Problem requirements: Restate verbatim the span of lines below between the line with "Line((-12.7, -22.225), (-12.7, -34.925))" and the line with "-18.120064), (25.4, -15.875))", including those two lines, and only that span.

Dataset entries
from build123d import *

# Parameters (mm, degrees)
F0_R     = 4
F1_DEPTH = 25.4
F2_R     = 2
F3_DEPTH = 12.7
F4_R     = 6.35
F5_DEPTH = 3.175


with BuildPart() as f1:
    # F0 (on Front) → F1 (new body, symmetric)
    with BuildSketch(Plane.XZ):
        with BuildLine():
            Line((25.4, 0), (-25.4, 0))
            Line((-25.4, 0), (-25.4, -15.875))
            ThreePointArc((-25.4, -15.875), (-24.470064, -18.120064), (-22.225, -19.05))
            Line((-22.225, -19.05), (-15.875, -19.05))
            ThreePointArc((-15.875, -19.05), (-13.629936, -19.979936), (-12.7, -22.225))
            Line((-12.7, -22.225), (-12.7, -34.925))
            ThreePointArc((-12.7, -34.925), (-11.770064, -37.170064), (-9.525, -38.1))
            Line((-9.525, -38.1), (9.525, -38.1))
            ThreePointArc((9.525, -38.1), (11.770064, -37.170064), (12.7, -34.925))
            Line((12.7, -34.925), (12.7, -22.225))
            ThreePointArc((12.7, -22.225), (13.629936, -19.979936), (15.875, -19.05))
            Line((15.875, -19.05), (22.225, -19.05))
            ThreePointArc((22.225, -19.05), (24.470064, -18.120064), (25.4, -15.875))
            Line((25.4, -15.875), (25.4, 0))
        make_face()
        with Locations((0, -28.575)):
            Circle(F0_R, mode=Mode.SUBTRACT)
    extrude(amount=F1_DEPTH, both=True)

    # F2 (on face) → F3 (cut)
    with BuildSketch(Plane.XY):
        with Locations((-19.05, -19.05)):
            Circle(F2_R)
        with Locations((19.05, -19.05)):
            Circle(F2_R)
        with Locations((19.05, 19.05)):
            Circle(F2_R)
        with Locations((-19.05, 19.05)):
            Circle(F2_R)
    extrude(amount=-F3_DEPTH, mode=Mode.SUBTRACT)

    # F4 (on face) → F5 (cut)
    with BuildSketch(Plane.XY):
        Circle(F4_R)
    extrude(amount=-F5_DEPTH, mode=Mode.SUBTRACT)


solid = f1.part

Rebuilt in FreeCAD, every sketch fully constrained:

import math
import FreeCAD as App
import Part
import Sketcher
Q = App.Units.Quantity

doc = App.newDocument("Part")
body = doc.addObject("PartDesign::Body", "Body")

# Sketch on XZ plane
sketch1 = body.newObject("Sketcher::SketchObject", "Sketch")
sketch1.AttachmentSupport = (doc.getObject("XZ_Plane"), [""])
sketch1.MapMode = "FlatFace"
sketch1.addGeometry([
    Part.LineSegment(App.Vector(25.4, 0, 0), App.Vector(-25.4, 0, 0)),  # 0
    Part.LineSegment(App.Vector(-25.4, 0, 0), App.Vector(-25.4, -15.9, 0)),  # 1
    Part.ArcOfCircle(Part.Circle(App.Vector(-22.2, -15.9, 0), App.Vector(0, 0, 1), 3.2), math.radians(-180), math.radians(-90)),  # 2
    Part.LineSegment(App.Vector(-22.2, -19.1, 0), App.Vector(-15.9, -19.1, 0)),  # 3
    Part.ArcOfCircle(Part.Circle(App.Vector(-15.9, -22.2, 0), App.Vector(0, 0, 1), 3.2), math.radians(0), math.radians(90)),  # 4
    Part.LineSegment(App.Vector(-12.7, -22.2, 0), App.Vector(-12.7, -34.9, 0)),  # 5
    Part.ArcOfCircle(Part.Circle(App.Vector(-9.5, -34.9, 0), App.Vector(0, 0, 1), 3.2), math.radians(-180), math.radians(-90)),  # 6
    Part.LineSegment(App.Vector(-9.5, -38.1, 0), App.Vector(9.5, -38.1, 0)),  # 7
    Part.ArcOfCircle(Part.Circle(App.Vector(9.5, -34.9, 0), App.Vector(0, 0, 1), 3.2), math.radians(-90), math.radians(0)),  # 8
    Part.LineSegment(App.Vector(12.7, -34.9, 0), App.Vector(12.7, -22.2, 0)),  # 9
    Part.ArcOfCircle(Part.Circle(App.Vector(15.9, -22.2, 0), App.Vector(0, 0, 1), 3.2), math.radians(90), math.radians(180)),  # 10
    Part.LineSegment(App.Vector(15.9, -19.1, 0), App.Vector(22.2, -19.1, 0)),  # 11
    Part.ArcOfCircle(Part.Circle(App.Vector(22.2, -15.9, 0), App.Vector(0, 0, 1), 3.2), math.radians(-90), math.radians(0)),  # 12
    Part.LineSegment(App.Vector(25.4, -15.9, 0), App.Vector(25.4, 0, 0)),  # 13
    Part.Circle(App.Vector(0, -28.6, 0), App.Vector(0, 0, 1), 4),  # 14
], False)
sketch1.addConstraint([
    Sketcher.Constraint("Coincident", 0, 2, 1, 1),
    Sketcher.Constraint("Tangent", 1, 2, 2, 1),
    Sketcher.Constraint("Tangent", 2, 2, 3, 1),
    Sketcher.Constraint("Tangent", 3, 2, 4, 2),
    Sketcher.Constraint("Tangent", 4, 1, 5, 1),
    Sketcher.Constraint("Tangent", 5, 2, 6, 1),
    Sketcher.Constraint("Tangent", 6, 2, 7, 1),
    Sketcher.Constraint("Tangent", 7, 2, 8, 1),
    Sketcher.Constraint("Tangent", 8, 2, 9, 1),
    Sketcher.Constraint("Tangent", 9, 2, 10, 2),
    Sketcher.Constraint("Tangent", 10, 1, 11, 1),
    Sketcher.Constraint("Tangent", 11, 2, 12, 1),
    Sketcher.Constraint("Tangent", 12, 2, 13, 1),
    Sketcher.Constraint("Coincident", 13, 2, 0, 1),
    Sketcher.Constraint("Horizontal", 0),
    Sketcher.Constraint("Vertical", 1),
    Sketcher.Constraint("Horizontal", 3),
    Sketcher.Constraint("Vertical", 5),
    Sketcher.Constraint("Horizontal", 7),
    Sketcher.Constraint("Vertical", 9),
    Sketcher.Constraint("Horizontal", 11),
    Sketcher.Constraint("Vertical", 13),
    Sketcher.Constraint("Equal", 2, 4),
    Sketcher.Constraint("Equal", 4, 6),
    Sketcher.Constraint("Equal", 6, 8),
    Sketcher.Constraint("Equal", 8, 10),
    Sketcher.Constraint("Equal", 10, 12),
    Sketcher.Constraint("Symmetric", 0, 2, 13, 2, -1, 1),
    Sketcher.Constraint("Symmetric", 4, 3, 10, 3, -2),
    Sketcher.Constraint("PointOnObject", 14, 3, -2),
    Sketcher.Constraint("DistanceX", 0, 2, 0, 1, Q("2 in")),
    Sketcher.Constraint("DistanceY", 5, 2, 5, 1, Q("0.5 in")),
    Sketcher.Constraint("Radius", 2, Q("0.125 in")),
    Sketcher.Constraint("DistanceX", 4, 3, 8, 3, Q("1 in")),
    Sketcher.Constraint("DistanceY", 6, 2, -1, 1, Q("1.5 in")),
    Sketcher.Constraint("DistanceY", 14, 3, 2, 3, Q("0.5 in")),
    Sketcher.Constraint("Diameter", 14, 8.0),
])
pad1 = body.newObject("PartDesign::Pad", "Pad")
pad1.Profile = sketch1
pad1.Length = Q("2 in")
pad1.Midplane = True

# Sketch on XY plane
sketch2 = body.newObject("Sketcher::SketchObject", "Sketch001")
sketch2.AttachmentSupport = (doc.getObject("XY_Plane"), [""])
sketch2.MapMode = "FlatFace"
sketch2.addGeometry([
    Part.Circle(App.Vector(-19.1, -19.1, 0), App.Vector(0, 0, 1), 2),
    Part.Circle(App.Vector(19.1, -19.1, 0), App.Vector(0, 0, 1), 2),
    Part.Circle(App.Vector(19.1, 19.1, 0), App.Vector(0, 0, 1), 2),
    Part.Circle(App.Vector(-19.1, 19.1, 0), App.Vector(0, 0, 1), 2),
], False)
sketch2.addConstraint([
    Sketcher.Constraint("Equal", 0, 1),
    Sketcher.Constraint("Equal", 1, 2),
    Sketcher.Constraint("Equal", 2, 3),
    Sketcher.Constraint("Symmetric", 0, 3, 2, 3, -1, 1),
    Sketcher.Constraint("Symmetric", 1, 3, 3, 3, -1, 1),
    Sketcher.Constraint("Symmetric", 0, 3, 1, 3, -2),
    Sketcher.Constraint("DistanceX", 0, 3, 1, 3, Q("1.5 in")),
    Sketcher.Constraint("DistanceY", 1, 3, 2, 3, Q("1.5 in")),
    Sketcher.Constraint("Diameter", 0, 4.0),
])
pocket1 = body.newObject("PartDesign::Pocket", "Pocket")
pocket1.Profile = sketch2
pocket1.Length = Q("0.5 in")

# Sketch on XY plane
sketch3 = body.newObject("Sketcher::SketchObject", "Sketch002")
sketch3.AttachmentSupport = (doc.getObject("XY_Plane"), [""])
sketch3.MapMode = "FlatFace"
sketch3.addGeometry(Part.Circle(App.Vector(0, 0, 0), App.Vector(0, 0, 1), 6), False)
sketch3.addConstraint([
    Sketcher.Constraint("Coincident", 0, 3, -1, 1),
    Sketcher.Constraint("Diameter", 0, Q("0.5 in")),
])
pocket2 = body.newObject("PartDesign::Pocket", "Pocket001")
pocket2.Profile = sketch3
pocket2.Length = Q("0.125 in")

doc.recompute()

* * *

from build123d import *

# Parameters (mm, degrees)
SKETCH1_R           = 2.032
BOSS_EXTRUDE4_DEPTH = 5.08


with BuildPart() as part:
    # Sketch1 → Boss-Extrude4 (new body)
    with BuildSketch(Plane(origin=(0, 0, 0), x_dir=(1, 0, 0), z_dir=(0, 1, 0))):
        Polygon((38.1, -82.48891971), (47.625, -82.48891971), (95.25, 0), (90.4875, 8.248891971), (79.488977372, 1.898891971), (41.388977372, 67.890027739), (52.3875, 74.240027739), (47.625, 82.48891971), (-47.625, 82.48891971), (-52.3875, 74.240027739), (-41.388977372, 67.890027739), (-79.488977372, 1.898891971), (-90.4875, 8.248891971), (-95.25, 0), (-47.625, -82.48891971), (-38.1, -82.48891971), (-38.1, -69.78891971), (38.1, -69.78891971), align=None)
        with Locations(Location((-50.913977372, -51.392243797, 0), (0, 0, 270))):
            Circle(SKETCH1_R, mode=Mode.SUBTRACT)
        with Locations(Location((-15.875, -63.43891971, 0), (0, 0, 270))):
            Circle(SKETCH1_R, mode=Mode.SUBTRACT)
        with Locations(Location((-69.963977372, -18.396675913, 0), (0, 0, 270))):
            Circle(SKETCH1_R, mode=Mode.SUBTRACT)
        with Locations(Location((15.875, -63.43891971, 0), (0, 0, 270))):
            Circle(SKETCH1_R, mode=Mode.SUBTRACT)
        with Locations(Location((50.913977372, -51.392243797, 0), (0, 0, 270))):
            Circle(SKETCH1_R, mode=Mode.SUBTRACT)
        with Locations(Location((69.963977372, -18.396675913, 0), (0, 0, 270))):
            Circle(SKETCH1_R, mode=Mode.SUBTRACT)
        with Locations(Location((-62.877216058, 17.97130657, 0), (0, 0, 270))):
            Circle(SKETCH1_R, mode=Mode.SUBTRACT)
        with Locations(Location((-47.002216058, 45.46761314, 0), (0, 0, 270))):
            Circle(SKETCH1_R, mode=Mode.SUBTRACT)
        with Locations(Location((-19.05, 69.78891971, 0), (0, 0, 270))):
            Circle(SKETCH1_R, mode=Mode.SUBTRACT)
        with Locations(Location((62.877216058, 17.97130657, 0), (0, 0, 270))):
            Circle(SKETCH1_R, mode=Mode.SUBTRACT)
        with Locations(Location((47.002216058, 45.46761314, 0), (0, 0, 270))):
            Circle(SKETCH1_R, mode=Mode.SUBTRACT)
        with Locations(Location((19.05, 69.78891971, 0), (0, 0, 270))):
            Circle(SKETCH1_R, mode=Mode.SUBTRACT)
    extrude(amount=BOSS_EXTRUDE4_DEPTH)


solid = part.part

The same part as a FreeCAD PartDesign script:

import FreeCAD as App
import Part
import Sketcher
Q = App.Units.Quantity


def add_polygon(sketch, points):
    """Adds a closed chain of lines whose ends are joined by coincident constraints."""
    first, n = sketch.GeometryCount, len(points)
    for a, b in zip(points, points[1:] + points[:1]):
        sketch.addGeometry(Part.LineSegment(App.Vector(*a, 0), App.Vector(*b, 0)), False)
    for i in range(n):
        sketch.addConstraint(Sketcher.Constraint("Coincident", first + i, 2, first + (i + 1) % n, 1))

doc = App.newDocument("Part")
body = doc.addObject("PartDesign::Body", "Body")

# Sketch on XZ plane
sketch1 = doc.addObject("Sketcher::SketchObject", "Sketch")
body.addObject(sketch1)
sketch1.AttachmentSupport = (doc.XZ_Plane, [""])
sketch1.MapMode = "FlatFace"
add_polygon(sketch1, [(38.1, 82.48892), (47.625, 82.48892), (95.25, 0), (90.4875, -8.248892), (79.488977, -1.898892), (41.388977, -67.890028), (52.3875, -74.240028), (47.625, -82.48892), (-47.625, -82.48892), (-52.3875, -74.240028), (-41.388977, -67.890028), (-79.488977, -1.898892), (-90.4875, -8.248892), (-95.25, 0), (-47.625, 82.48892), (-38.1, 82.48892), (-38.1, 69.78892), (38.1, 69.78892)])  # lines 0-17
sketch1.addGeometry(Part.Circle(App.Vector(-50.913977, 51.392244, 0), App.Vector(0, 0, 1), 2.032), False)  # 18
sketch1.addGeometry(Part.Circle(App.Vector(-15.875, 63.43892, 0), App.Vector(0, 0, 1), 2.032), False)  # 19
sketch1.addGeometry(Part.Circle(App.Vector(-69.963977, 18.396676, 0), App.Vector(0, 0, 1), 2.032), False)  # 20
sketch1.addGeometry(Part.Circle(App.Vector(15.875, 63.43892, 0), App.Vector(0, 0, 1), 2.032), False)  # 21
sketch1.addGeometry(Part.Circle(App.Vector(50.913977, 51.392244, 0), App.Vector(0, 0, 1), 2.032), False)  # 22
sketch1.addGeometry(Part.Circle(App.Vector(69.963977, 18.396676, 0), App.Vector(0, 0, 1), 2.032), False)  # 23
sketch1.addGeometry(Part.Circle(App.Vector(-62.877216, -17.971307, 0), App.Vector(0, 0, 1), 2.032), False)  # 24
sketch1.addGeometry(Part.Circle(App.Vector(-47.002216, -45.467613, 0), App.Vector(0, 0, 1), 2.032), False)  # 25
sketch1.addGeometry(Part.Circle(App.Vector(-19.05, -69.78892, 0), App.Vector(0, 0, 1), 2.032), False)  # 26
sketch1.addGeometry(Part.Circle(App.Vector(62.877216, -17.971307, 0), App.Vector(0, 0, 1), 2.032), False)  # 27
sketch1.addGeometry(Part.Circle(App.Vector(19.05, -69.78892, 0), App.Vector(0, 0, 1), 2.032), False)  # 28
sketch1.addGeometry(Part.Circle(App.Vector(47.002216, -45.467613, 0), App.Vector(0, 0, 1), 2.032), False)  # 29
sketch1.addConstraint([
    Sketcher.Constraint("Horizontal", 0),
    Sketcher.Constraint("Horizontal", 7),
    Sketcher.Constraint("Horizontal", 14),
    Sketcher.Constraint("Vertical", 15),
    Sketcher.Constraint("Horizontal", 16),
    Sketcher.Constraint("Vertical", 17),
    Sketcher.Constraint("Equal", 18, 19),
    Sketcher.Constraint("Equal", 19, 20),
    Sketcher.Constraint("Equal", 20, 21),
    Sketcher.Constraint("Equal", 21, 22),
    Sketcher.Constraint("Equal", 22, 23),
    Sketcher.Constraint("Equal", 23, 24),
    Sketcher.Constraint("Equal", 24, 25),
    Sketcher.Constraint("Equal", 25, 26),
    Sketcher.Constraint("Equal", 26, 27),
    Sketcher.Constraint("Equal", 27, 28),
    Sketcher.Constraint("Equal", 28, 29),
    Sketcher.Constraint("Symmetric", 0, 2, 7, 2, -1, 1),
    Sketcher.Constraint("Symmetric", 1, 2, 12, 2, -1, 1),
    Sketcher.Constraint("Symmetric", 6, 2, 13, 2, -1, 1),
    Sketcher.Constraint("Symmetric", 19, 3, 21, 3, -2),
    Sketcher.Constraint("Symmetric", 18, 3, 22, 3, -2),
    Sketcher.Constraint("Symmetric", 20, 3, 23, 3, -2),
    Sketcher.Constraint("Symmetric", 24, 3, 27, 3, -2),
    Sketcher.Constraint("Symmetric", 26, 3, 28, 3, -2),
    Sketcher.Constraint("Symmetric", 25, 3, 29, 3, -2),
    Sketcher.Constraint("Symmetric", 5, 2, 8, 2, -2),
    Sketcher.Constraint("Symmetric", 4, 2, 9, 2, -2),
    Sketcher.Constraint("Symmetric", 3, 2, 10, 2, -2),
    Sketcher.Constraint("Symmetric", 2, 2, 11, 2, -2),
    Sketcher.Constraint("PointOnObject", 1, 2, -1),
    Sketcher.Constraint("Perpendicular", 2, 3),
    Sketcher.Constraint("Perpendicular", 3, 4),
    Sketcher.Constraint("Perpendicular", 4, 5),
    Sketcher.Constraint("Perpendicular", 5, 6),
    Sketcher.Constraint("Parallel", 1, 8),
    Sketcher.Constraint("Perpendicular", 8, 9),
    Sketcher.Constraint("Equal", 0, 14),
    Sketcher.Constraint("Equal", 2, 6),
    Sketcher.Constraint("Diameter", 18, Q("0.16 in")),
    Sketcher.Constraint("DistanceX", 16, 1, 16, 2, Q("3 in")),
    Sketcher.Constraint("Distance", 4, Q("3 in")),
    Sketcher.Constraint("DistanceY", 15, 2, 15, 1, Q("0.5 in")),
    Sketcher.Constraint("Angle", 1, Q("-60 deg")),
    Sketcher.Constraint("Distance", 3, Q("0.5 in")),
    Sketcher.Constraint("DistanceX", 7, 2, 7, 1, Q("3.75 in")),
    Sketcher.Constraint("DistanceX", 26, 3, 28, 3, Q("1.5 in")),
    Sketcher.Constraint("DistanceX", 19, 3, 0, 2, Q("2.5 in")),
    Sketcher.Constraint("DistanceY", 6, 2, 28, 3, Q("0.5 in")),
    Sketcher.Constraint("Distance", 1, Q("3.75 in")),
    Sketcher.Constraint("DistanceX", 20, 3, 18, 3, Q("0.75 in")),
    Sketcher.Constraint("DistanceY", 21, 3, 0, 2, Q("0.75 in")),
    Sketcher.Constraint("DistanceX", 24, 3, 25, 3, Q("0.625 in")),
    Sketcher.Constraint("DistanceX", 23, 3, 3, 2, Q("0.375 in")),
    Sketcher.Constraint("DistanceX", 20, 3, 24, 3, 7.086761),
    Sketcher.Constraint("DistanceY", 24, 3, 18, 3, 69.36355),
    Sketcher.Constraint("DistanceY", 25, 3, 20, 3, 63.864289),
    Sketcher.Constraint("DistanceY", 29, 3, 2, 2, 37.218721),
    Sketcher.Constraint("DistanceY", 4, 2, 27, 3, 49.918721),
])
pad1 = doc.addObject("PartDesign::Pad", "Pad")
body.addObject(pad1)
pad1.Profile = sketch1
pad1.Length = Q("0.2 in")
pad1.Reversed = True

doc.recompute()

Solution:
            Line((-12.7, -22.225), (-12.7, -34.925))
            ThreePointArc((-12.7, -34.925), (-11.770064, -37.170064), (-9.525, -38.1))
            Line((-9.525, -38.1), (9.525, -38.1))
            ThreePointArc((9.525, -38.1), (11.770064, -37.170064), (12.7, -34.925))
            Line((12.7, -34.925), (12.7, -22.225))
            ThreePointArc((12.7, -22.225), (13.629936, -19.979936), (15.875, -19.05))
            Line((15.875, -19.05), (22.225, -19.05))
            ThreePointArc((22.225, -19.05), (24.470064, -18.120064), (25.4, -15.875))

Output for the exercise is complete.